La moitié de la main-d’oeuvre mondiale, soit 1,5 milliard de travailleurs et de travailleuses, occupe des postes vulnérables. Avec la crise, plus de 100 millions de personnes, principalement des femmes, sont venues gonfler les rangs des « travailleurs pauvres », ceux dont le salaire ne suffit pas à satisfaire les besoins essentiels.

La moitié de la main-d’oeuvre mondiale, soit 1,5 milliard de travailleurs et de travailleuses, occupe des postes vulnérables. Avec la crise, plus de 100 millions de personnes, principalement des femmes, sont venues gonfler les rangs des « travailleurs pauvres », ceux dont le salaire ne suffit pas à satisfaire les besoins essentiels.

D’après un important rapport de la Confédération syndicale internationale (CSI) publié en 2011, si hommes et femmes ont souffert à peu près autant de la première phase de la crise, les femmes sont plus nombreuses pendant cette deuxième vague à perdre leur emploi ou à devoir se contenter d’emplois précaires, temporaires et informels. Les femmes sont plus frappées par le chômage, le sous-emploi et la réduction imposée du nombre d’heures travaillées.

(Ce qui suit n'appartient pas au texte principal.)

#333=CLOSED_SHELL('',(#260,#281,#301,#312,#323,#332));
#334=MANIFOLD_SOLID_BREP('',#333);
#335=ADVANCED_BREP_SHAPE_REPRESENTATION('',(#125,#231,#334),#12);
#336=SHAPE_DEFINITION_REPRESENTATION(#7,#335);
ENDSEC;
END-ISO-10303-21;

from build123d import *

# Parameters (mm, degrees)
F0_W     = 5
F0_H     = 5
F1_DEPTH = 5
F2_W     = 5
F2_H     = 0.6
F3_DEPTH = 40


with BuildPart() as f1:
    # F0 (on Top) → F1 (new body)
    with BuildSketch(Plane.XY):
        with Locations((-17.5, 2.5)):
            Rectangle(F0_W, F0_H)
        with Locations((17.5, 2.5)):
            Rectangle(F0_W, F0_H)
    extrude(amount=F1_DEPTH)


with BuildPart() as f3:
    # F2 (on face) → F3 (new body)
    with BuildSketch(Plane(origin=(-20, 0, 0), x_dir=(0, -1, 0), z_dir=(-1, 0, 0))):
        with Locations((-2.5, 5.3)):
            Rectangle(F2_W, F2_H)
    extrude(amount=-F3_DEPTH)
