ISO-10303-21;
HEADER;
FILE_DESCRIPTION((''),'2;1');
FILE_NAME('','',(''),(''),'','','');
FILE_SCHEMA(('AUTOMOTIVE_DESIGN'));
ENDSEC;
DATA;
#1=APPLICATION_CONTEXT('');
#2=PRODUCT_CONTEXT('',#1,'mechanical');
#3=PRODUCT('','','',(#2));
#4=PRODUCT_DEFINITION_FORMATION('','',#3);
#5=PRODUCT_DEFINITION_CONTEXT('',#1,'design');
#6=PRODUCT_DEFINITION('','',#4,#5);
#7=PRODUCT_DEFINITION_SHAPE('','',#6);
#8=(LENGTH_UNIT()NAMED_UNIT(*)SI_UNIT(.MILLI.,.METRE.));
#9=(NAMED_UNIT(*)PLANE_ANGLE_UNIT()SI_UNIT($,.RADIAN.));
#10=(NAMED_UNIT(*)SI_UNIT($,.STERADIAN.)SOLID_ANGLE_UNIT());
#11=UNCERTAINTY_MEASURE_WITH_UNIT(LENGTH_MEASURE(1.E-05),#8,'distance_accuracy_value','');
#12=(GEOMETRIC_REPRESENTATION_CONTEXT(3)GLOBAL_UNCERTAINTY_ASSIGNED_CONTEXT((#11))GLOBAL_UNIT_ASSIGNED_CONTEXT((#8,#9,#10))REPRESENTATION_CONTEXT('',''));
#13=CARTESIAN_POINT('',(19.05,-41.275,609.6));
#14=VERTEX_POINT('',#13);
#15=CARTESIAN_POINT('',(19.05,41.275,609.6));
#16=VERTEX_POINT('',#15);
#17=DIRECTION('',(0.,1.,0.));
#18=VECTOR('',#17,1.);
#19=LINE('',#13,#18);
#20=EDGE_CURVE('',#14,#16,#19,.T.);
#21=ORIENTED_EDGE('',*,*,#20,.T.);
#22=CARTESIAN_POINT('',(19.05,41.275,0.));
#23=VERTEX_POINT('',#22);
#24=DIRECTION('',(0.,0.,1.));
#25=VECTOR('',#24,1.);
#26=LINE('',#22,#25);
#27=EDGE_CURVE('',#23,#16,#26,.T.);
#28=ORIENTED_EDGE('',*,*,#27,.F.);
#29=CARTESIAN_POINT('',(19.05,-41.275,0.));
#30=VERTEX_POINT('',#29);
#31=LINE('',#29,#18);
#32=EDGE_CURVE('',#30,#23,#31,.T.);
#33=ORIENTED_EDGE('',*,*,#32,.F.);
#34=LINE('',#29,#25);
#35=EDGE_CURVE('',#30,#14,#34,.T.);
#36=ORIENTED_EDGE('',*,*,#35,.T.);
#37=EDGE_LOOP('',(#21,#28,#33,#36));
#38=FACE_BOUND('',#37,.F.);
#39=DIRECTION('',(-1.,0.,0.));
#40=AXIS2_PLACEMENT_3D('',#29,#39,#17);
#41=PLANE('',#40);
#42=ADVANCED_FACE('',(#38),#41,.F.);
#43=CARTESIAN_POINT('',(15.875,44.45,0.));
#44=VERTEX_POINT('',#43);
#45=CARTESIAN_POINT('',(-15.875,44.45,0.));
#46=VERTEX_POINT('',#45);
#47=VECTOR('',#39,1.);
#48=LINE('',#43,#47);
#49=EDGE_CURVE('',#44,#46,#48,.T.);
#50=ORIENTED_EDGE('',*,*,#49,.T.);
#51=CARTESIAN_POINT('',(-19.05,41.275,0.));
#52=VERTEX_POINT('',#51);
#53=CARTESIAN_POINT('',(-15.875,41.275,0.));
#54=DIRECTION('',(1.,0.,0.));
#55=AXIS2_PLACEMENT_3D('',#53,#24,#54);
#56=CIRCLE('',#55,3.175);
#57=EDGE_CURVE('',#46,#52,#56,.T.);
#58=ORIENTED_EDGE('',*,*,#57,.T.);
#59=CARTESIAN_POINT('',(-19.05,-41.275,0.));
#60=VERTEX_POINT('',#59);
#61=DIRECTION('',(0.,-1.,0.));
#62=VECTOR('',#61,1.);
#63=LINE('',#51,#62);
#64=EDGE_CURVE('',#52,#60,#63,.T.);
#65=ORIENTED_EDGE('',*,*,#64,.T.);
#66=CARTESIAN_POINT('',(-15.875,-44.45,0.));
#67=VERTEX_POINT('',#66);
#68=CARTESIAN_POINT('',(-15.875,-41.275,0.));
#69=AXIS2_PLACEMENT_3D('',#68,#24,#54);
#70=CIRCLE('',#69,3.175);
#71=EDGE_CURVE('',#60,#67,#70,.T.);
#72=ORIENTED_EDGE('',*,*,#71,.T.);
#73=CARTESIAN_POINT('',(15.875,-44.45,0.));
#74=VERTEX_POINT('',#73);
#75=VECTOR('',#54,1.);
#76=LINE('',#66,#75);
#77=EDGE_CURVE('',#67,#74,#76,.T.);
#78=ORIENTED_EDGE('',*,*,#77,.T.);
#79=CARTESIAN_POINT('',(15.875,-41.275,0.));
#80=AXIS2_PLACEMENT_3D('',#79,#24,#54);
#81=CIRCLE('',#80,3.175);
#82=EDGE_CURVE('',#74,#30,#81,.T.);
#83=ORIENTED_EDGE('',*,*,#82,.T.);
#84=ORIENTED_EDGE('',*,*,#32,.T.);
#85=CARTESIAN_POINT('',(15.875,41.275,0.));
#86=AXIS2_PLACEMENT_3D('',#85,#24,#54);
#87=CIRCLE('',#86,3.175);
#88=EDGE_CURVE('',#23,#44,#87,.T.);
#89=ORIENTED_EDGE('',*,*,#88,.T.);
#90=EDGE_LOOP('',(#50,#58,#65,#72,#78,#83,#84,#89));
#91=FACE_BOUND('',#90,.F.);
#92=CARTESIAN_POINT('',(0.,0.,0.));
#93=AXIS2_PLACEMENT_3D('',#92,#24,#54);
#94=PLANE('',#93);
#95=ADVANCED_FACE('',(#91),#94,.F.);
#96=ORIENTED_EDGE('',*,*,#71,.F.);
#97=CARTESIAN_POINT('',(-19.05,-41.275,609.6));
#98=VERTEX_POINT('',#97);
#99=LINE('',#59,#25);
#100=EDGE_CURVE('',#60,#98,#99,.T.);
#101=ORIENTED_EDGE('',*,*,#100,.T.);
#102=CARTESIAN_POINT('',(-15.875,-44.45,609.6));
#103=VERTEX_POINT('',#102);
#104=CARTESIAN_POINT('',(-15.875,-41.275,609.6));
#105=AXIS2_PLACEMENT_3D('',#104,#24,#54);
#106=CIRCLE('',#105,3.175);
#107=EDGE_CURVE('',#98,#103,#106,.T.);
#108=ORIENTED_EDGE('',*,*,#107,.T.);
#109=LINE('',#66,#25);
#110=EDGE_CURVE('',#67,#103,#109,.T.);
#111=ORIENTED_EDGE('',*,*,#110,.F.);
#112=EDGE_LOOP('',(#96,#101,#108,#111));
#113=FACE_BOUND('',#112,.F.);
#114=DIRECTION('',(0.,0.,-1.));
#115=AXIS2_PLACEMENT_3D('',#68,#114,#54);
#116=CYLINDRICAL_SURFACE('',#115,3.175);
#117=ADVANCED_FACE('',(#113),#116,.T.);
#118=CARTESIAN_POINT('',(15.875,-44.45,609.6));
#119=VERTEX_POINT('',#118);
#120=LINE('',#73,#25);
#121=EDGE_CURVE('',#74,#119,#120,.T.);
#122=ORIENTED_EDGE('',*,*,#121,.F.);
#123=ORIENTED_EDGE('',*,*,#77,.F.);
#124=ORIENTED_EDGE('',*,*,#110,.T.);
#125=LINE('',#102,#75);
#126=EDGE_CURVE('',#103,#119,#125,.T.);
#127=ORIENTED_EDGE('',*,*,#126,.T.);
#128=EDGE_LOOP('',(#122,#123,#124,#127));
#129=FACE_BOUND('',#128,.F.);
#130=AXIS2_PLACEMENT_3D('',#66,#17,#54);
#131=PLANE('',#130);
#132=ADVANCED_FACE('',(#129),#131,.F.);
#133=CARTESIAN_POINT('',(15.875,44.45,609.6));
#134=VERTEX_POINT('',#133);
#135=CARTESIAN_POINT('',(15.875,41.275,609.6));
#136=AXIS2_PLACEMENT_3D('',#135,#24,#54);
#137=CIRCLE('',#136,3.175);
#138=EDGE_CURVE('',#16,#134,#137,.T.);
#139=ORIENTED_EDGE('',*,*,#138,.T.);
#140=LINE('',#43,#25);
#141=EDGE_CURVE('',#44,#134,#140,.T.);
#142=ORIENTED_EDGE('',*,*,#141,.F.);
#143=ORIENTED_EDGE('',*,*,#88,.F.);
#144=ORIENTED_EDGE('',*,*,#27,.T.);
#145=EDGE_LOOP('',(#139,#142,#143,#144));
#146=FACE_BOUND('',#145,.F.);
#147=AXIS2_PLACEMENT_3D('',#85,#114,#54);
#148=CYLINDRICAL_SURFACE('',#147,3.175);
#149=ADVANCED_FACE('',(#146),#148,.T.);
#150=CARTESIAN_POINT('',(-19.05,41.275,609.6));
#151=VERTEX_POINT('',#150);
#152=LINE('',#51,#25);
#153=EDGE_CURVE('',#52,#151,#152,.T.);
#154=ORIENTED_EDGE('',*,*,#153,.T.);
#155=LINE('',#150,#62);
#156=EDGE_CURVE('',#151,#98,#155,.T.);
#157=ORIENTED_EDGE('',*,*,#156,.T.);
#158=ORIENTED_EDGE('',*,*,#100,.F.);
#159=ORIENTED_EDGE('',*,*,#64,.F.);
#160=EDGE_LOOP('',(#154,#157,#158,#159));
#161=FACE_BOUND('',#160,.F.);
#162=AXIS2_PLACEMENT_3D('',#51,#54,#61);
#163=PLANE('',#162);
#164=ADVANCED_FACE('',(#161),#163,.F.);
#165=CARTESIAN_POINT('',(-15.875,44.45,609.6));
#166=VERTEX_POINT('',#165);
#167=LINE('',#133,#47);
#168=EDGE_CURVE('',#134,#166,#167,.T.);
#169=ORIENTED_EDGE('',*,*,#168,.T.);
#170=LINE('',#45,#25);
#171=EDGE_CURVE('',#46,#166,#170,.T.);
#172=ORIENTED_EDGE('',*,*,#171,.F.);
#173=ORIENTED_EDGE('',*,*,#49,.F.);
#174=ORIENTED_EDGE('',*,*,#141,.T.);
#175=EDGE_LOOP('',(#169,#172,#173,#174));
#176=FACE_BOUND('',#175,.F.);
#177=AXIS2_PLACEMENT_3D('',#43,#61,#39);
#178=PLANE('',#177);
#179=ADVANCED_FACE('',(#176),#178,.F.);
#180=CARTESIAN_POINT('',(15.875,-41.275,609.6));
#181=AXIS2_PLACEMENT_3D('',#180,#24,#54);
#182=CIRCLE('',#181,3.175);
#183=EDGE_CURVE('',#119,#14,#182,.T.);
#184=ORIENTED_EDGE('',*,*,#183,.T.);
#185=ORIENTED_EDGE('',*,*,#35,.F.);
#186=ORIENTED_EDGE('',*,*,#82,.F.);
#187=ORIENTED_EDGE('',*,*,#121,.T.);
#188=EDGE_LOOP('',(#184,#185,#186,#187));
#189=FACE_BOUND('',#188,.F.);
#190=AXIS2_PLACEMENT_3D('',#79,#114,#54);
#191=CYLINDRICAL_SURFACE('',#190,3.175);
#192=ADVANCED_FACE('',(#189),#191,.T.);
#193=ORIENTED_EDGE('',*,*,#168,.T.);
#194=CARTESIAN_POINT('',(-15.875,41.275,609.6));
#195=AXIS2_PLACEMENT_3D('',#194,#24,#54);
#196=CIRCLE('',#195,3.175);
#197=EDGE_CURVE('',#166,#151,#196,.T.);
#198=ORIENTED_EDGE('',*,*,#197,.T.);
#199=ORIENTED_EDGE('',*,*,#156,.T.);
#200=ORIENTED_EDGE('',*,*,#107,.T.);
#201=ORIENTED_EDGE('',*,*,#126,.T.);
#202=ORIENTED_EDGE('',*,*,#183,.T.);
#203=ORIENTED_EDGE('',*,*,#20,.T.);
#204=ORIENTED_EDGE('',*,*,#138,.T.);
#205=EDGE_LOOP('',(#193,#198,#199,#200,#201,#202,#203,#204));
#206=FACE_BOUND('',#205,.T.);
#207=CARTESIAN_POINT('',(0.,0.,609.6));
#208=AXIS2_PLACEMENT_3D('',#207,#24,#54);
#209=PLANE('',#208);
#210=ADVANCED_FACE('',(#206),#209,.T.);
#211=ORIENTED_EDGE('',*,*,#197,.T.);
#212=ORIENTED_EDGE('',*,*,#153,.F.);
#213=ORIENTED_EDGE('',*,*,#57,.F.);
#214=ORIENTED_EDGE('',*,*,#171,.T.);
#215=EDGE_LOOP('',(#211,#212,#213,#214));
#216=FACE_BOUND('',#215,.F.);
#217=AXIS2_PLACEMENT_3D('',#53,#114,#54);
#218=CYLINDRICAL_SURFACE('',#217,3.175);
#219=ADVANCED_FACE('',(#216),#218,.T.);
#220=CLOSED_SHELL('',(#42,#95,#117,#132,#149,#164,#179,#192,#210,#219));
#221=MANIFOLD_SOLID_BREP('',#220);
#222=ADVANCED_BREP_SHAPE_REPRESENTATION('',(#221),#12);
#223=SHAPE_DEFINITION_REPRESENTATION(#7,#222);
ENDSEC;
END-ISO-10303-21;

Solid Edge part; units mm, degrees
sketch "Sketch1" plane through (0, 0, 0) normal (0, 0, 1) x (1, 0, 0)
  line L0 (-15.875, -44.45) -> (15.875, -44.45)
  arc A0 (15.875, -44.45) -> (19.05, -41.275) centre (15.875, -41.275) ccw
  line L1 (19.05, -41.275) -> (19.05, 41.275)
  arc A1 (19.05, 41.275) -> (15.875, 44.45) centre (15.875, 41.275) ccw
  line L2 (15.875, 44.45) -> (-15.875, 44.45)
  arc A2 (-15.875, 44.45) -> (-19.05, 41.275) centre (-15.875, 41.275) ccw
  line L3 (-19.05, 41.275) -> (-19.05, -41.275)
  arc A3 (-19.05, -41.275) -> (-15.875, -44.45) centre (-15.875, -41.275) ccw
  dimension "D1" = 38.1
  dimension "D2" = 88.9
  dimension "D3" = 3.175
extrude "Protrusion1" add sketch "Sketch1" along normal blind 609.6
properties material "Wood, Pine"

Ces remises en question d’avancées chèrement acquises dans les politiques pour l’égalité et contre la discrimination ont de lourdes répercussions sur la vie des femmes. Partout, les mesures d’austérité, les atteintes aux droits syndicaux et les restrictions menacent gravement les droits des femmes et leurs chances dans l’emploi. Les actions contre la discrimination sexuelle, l’inégalité salariale, le harcèlement sexuel et les violences faites aux femmes, ainsi que les mesures en faveur des femmes enceintes, des mères au travail, des aidants et de la santé des femmes, sont de plus en plus souvent critiquées et reléguées au second plan. L’Organisation internationale du travail (OIT) a relevé une augmentation du nombre de plaintes pour discrimination au travail, alors même que des restrictions frappent les organismes d’inspection et que la crise menace de creuser davantage les inégalités. L’OIT souligne aussi qu’aux formes traditionnelles de discrimination, comme l’écart salarial entre hommes et femmes, s’ajoutent maintenant de nouvelles injustices : du fait de leur situation financière précaire, les femmes jeunes, célibataires ou divorcées et migrantes sont les premières victimes du harcèlement sexuel.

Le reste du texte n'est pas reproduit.